Posts: 3807; Member since: Nov 01, 2016

Here's my list of manufactures that need to pull their mobile plug... HTC, LG, Sony, Essential, Motorola plus all the crap brands that put unibrows in their phone to try and capture the iPhone attention.

11. josephnero

Posts: 775; Member since: Nov 16, 2011

So you like less competition?

10. josephnero

Posts: 775; Member since: Nov 16, 2011

Sony has been profitable last year. So market share doesn't matter.

12. mootu

Posts: 1360; Member since: Mar 16, 2017

Sony as a company are profitable, but the mobile business was more than likely not. Sony would likely close the mobile part if it kept loosing large amounts each quarter, just like it did with the laptop side of the company.
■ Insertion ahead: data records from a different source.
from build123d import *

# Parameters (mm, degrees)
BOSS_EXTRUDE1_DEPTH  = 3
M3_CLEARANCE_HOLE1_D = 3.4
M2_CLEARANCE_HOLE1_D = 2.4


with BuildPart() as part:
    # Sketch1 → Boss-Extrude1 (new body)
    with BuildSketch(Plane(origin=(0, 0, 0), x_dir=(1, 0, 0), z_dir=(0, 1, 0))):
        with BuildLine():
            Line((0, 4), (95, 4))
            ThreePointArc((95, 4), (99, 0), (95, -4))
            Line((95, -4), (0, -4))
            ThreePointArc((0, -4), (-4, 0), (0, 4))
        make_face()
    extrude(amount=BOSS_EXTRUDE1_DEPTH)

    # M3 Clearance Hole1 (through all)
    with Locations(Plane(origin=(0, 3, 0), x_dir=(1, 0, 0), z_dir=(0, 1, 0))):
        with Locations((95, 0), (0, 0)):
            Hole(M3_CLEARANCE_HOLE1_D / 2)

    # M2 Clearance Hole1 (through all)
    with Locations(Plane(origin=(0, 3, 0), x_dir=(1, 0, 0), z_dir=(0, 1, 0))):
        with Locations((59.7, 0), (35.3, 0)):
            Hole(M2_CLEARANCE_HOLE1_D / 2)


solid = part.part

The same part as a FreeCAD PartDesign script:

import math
import FreeCAD as App
import Part
import Sketcher
from FreeCAD import Vector

doc = App.newDocument("Part")
params = doc.addObject("Spreadsheet::Sheet", "Params")
for row, (alias, value) in enumerate([
    ("sketch1_radius", "4 mm"),
    ("sketch1_width", "95 mm"),
    ("pad1_length", "3 mm"),
    ("sketch2_diameter", "3.4 mm"),
    ("hole_diameter", "3.4 mm"),
    ("sketch3_diameter", "2.4 mm"),
    ("hole2_diameter", "2.4 mm"),
], start=1):
    params.set(f"A{row}", alias)
    params.set(f"B{row}", "=" + value)
    params.setAlias(f"B{row}", alias)

body = doc.addObject("PartDesign::Body", "Body")

sketch1 = body.newObject("Sketcher::SketchObject", "Sketch")
sketch1.AttachmentSupport = (doc.getObject("XZ_Plane"), [""])
sketch1.MapMode = "FlatFace"
sketch1.addGeometry(Part.LineSegment(Vector(95, -4, 0), Vector(0, -4, 0)), False)
sketch1.addGeometry(Part.ArcOfCircle(Part.Circle(Vector(0, 0, 0), Vector(0, 0, 1), 4), math.radians(90), math.radians(270)), False)
sketch1.addGeometry(Part.LineSegment(Vector(0, 4, 0), Vector(95, 4, 0)), False)
sketch1.addGeometry(Part.ArcOfCircle(Part.Circle(Vector(95, 0, 0), Vector(0, 0, 1), 4), math.radians(-90), math.radians(90)), False)
sketch1.addConstraint(Sketcher.Constraint("Tangent", 0, 2, 1, 2))
sketch1.addConstraint(Sketcher.Constraint("Tangent", 1, 1, 2, 1))
sketch1.addConstraint(Sketcher.Constraint("Tangent", 2, 2, 3, 2))
sketch1.addConstraint(Sketcher.Constraint("Tangent", 3, 1, 0, 1))
sketch1.addConstraint(Sketcher.Constraint("Horizontal", 0))
sketch1.addConstraint(Sketcher.Constraint("Horizontal", 2))
sketch1.addConstraint(Sketcher.Constraint("Coincident", 1, 3, -1, 1))
sketch1.addConstraint(Sketcher.Constraint("Radius", 1, 4.0))
sketch1.addConstraint(Sketcher.Constraint("DistanceX", 0, 2, 0, 1, 95.0))
sketch1.setExpression("Constraints[7]", "Params.sketch1_radius")
sketch1.setExpression("Constraints[8]", "Params.sketch1_width")
pad1 = body.newObject("PartDesign::Pad", "Pad")
pad1.Profile = sketch1
pad1.setExpression("Length", "Params.pad1_length")
pad1.Reversed = True

sketch2 = body.newObject("Sketcher::SketchObject", "Sketch001")
sketch2.AttachmentSupport = (doc.getObject("XZ_Plane"), [""])
sketch2.MapMode = "FlatFace"
sketch2.AttachmentOffset = App.Placement(Vector(0, 0, -3), App.Rotation())
sketch2.addGeometry(Part.Circle(Vector(95, 0, 0), Vector(0, 0, 1), 1.7), False)
sketch2.addGeometry(Part.Circle(Vector(0, 0, 0), Vector(0, 0, 1), 1.7), False)
sketch2.addConstraint(Sketcher.Constraint("Coincident", 1, 3, -1, 1))
sketch2.addConstraint(Sketcher.Constraint("Equal", 0, 1))
sketch2.addConstraint(Sketcher.Constraint("PointOnObject", 0, 3, -1))
sketch2.addConstraint(Sketcher.Constraint("Diameter", 0, 3.4))
sketch2.addConstraint(Sketcher.Constraint("DistanceX", -1, 1, 0, 3, 95.0))
sketch2.setExpression("Constraints[3]", "Params.sketch2_diameter")
doc.recompute()
hole = body.newObject("PartDesign::Hole", "Hole")
hole.Profile = sketch2
hole.ThreadType = "None"
hole.setExpression("Diameter", "Params.hole_diameter")
hole.DepthType = "ThroughAll"
hole.Reversed = True

sketch3 = body.newObject("Sketcher::SketchObject", "Sketch002")
sketch3.AttachmentSupport = (doc.getObject("XZ_Plane"), [""])
sketch3.MapMode = "FlatFace"
sketch3.AttachmentOffset = App.Placement(Vector(0, 0, -3), App.Rotation())
sketch3.addGeometry(Part.Circle(Vector(59.7, 0, 0), Vector(0, 0, 1), 1.2), False)
sketch3.addGeometry(Part.Circle(Vector(35.3, 0, 0), Vector(0, 0, 1), 1.2), False)
sketch3.addConstraint(Sketcher.Constraint("Equal", 0, 1))
sketch3.addConstraint(Sketcher.Constraint("PointOnObject", 0, 3, -1))
sketch3.addConstraint(Sketcher.Constraint("PointOnObject", 1, 3, -1))
sketch3.addConstraint(Sketcher.Constraint("Diameter", 0, 2.4))
sketch3.addConstraint(Sketcher.Constraint("DistanceX", -1, 1, 0, 3, 59.7))
sketch3.addConstraint(Sketcher.Constraint("DistanceX", -1, 1, 1, 3, 35.3))
sketch3.setExpression("Constraints[3]", "Params.sketch3_diameter")
doc.recompute()
hole2 = body.newObject("PartDesign::Hole", "Hole001")
hole2.Profile = sketch3
hole2.ThreadType = "None"
hole2.setExpression("Diameter", "Params.hole2_diameter")
hole2.DepthType = "ThroughAll"
hole2.Reversed = True

doc.recompute()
Same goes for LG who are losing close to $1 billion a year on mobile.

19. Subie

Posts: 2269; Member since: Aug 01, 2015

"On the mobile side, Sony reported sales of 759 billion yen, along with full year profits of 10 billion yen." http://www.xperiablog.net/2017/04/28/sony-mobile-reports-full-year-profit-expects-sales-growth-next-year/ But what will Sony report this year at the end of March...

20. Subie

Posts: 2269; Member since: Aug 01, 2015

Agreed. Market share does not guarantee profitability.

13. LumiaLover

Posts: 237; Member since: Sep 27, 2012

Nokia / HMD could be the winners here with their close cooperation with Google and excellent hardware.

15. toukale

Posts: 599; Member since: Jun 10, 2015

LOL at that line of argument. There is no long term future for any oem's that just ships hardware, just look at the pc industry for example, who in the pc industry are killing it? They are all just barely getting by with low single digit margins. The os vendor (Microsoft/Intel) are the ones ripping all the profits in that industry the last 20+ years. Everyone else are just getting by. It's even worst on mobile since the os vendor for android (Google) is also the platform owner and serves all the basic services for free in exchange for ads. So all those hardware oem's can't even compete on services since Google offer theirs for free.